* Problem *
Only these lines of the data below are wanted: the one with "e39 v35 v9 LINE", the one with "face PLANE(AX(P(8.75,31.25,-5),D(1,0,0),D(0,0,-1))) rev [-e49", and any lines between them, each repeated exactly.
Supplied data START
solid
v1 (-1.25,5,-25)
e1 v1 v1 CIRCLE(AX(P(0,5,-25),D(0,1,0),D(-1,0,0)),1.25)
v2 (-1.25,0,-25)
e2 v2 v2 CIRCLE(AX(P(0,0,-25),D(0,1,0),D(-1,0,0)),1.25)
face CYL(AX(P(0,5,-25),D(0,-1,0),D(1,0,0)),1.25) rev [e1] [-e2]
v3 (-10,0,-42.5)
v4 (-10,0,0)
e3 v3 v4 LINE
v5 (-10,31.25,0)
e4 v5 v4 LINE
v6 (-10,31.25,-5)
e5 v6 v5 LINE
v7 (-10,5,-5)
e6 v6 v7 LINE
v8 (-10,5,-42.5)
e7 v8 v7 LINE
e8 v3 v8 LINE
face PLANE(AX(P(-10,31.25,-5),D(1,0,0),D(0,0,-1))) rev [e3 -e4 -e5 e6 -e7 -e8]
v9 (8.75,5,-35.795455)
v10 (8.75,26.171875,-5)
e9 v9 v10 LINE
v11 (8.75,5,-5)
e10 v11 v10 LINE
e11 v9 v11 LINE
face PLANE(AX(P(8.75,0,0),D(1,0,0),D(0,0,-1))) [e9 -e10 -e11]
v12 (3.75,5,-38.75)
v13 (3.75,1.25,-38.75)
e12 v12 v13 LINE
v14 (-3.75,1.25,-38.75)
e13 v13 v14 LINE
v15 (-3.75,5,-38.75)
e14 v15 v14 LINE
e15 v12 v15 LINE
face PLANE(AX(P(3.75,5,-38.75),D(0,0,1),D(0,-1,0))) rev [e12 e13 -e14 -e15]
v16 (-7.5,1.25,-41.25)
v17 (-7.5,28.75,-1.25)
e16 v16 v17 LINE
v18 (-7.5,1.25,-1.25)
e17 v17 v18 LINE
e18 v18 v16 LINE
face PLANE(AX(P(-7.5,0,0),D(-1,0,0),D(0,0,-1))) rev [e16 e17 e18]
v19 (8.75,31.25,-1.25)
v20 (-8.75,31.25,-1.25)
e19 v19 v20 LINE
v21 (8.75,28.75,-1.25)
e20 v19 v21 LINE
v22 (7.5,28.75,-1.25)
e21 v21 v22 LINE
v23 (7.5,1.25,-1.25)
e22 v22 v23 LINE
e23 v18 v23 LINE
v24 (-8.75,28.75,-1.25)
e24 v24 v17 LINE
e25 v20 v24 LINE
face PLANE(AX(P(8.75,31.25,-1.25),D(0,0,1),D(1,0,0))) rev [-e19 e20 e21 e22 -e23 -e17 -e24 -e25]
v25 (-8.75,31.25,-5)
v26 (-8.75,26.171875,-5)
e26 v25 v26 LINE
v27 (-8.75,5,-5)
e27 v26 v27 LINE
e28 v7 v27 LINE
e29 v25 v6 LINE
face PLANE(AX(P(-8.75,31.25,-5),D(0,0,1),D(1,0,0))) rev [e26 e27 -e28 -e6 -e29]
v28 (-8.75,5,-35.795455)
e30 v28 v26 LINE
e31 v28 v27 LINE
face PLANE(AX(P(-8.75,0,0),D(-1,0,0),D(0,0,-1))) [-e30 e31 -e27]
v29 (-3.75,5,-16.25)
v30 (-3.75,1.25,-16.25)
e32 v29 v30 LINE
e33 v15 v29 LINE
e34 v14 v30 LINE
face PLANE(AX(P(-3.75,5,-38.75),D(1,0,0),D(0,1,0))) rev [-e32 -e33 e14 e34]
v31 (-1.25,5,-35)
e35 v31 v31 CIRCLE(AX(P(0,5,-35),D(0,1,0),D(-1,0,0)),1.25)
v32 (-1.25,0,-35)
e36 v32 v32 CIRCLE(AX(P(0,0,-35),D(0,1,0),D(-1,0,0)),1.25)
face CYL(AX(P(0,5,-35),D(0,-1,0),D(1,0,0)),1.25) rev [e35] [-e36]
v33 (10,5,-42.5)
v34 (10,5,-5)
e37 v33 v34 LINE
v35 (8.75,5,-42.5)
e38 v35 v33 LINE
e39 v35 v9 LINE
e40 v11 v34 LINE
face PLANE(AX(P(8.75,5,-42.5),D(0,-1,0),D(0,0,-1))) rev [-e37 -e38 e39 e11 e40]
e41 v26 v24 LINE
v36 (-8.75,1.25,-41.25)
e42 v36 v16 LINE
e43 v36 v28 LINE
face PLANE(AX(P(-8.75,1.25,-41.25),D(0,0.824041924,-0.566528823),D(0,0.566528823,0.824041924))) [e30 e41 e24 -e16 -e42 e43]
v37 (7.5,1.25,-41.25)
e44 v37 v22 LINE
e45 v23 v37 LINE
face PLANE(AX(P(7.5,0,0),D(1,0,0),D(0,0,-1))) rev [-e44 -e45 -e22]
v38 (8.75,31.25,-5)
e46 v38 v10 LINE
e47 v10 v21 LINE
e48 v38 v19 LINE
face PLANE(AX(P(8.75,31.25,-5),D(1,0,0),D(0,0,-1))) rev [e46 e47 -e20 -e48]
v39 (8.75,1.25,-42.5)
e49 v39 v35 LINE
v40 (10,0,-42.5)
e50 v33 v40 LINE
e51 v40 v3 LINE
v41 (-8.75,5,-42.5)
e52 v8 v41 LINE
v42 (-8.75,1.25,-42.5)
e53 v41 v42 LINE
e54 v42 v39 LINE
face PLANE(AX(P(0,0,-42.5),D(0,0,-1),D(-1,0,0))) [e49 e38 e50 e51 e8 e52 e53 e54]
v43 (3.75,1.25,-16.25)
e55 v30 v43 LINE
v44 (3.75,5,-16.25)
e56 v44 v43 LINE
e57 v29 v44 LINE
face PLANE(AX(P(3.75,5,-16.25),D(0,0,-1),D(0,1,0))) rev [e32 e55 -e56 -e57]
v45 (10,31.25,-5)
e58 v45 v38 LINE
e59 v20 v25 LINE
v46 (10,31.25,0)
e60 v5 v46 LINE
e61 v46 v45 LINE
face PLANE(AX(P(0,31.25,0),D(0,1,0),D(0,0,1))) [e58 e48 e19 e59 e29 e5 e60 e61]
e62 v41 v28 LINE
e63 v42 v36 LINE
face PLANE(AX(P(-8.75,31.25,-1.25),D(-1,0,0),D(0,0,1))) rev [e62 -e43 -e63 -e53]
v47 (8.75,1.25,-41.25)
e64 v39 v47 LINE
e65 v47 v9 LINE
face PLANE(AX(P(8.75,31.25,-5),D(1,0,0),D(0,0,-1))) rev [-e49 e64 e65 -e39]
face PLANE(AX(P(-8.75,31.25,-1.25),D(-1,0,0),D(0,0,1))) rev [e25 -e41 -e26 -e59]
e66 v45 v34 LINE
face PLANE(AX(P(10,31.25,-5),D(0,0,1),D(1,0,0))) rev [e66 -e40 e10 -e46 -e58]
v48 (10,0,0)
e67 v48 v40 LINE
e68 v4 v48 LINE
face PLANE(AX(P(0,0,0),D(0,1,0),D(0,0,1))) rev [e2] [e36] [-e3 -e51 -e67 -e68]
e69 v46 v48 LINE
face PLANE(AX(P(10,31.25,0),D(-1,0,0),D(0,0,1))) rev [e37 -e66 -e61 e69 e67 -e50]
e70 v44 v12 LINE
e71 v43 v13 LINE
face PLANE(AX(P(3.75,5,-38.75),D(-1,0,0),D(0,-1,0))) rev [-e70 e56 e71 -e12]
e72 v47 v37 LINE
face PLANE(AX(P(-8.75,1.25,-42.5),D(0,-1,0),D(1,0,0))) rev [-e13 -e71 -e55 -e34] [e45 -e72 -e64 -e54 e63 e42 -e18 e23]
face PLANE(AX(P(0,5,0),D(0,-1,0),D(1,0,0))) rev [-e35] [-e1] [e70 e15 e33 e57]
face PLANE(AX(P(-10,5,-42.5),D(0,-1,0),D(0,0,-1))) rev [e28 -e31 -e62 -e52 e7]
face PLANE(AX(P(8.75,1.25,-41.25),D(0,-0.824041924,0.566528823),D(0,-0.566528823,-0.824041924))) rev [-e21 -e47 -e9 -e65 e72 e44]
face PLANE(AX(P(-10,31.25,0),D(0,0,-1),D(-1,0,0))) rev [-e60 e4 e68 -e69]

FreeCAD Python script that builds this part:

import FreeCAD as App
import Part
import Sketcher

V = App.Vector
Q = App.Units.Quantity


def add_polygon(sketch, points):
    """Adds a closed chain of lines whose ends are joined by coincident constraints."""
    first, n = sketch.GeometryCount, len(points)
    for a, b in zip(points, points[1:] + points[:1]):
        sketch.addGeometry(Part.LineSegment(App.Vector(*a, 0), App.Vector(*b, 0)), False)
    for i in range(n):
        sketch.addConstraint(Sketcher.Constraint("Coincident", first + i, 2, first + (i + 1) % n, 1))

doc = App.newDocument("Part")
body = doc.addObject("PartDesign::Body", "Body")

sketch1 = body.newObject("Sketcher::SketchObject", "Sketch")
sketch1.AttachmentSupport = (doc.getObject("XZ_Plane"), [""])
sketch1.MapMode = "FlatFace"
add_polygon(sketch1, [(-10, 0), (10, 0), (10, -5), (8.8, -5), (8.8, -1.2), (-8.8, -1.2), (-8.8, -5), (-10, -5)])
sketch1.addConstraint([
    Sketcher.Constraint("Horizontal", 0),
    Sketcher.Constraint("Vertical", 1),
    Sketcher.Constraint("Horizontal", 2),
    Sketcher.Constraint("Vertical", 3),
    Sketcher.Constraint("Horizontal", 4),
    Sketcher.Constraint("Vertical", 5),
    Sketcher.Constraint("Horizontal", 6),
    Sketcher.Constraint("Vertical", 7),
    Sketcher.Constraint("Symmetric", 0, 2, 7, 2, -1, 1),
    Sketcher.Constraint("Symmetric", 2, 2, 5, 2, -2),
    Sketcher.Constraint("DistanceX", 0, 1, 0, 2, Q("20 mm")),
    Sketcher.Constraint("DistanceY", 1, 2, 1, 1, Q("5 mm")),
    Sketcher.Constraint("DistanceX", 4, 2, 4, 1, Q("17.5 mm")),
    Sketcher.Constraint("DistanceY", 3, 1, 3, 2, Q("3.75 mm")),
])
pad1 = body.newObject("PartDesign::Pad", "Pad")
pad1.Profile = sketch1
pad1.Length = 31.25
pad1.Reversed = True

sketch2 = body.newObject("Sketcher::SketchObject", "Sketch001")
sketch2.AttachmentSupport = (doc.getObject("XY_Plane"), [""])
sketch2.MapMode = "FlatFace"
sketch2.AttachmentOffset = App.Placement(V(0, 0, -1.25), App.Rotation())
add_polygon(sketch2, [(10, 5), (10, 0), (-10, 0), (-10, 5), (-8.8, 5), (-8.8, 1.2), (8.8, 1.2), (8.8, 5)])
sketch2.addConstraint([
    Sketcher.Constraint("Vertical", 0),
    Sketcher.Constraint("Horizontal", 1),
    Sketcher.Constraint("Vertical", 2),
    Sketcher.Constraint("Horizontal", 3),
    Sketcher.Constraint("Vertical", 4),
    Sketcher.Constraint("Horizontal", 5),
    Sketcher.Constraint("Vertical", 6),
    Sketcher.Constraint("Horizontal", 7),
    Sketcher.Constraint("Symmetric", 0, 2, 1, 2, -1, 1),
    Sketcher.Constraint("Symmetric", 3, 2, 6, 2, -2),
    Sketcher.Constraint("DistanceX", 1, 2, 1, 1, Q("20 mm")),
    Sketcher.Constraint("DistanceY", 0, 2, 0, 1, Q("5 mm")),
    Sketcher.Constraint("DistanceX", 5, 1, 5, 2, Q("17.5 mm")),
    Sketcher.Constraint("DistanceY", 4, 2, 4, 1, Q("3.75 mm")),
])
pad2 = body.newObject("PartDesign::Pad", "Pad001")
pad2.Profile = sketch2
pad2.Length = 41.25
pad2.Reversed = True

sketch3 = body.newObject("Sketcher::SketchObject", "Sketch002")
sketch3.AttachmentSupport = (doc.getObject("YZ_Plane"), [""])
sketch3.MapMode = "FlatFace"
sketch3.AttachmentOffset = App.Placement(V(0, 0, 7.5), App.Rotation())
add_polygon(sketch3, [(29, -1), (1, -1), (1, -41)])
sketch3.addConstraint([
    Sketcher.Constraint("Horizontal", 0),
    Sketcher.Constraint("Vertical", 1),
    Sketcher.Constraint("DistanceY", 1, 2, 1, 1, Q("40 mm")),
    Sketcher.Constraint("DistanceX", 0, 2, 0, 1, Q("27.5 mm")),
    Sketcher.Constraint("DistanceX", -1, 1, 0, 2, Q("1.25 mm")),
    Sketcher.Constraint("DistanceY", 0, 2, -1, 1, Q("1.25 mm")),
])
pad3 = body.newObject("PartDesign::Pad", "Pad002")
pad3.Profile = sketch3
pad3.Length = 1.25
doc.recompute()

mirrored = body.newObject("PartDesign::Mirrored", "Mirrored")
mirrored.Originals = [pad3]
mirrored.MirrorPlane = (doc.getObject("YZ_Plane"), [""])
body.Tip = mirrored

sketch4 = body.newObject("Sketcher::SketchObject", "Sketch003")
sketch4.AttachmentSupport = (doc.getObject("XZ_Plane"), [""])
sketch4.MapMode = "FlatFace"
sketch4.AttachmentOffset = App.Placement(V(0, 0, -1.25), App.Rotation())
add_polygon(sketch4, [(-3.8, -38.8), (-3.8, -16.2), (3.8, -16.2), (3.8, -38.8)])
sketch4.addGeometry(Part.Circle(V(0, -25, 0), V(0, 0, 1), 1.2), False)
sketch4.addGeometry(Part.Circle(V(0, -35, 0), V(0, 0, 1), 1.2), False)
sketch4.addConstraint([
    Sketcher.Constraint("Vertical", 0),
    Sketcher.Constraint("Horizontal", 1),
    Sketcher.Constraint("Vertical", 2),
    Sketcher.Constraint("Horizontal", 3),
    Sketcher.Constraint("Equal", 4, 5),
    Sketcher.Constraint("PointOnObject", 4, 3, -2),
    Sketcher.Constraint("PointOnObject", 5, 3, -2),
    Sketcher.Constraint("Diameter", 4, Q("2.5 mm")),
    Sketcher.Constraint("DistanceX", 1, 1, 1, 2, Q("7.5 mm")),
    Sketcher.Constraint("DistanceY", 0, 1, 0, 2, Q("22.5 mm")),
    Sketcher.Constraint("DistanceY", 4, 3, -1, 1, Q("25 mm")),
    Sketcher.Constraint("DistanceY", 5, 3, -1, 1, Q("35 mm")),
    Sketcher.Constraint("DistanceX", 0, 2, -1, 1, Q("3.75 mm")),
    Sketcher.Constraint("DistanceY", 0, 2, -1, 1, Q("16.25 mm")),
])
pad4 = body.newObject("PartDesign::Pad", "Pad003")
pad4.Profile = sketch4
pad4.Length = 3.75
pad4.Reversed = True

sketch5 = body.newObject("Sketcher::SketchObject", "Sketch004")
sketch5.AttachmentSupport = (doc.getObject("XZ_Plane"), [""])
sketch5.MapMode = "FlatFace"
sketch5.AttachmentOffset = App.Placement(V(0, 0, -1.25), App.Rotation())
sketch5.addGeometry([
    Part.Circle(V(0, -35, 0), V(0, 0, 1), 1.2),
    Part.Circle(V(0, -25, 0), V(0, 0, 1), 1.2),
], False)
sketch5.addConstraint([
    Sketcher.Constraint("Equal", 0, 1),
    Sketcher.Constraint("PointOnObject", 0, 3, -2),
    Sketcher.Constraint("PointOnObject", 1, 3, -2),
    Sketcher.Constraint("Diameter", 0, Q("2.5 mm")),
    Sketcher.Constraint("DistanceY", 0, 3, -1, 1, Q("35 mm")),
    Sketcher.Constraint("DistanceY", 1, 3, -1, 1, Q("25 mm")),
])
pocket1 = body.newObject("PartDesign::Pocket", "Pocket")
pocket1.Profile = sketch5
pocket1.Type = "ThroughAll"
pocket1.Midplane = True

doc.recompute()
Supplied data END
* Response to this exercise *
e39 v35 v9 LINE
e40 v11 v34 LINE
face PLANE(AX(P(8.75,5,-42.5),D(0,-1,0),D(0,0,-1))) rev [-e37 -e38 e39 e11 e40]
e41 v26 v24 LINE
v36 (-8.75,1.25,-41.25)
e42 v36 v16 LINE
e43 v36 v28 LINE
face PLANE(AX(P(-8.75,1.25,-41.25),D(0,0.824041924,-0.566528823),D(0,0.566528823,0.824041924))) [e30 e41 e24 -e16 -e42 e43]
v37 (7.5,1.25,-41.25)
e44 v37 v22 LINE
e45 v23 v37 LINE
face PLANE(AX(P(7.5,0,0),D(1,0,0),D(0,0,-1))) rev [-e44 -e45 -e22]
v38 (8.75,31.25,-5)
e46 v38 v10 LINE
e47 v10 v21 LINE
e48 v38 v19 LINE
face PLANE(AX(P(8.75,31.25,-5),D(1,0,0),D(0,0,-1))) rev [e46 e47 -e20 -e48]
v39 (8.75,1.25,-42.5)
e49 v39 v35 LINE
v40 (10,0,-42.5)
e50 v33 v40 LINE
e51 v40 v3 LINE
v41 (-8.75,5,-42.5)
e52 v8 v41 LINE
v42 (-8.75,1.25,-42.5)
e53 v41 v42 LINE
e54 v42 v39 LINE
face PLANE(AX(P(0,0,-42.5),D(0,0,-1),D(-1,0,0))) [e49 e38 e50 e51 e8 e52 e53 e54]
v43 (3.75,1.25,-16.25)
e55 v30 v43 LINE
v44 (3.75,5,-16.25)
e56 v44 v43 LINE
e57 v29 v44 LINE
face PLANE(AX(P(3.75,5,-16.25),D(0,0,-1),D(0,1,0))) rev [e32 e55 -e56 -e57]
v45 (10,31.25,-5)
e58 v45 v38 LINE
e59 v20 v25 LINE
v46 (10,31.25,0)
e60 v5 v46 LINE
e61 v46 v45 LINE
face PLANE(AX(P(0,31.25,0),D(0,1,0),D(0,0,1))) [e58 e48 e19 e59 e29 e5 e60 e61]
e62 v41 v28 LINE
e63 v42 v36 LINE
face PLANE(AX(P(-8.75,31.25,-1.25),D(-1,0,0),D(0,0,1))) rev [e62 -e43 -e63 -e53]
v47 (8.75,1.25,-41.25)
e64 v39 v47 LINE
e65 v47 v9 LINE
face PLANE(AX(P(8.75,31.25,-5),D(1,0,0),D(0,0,-1))) rev [-e49 e64 e65 -e39]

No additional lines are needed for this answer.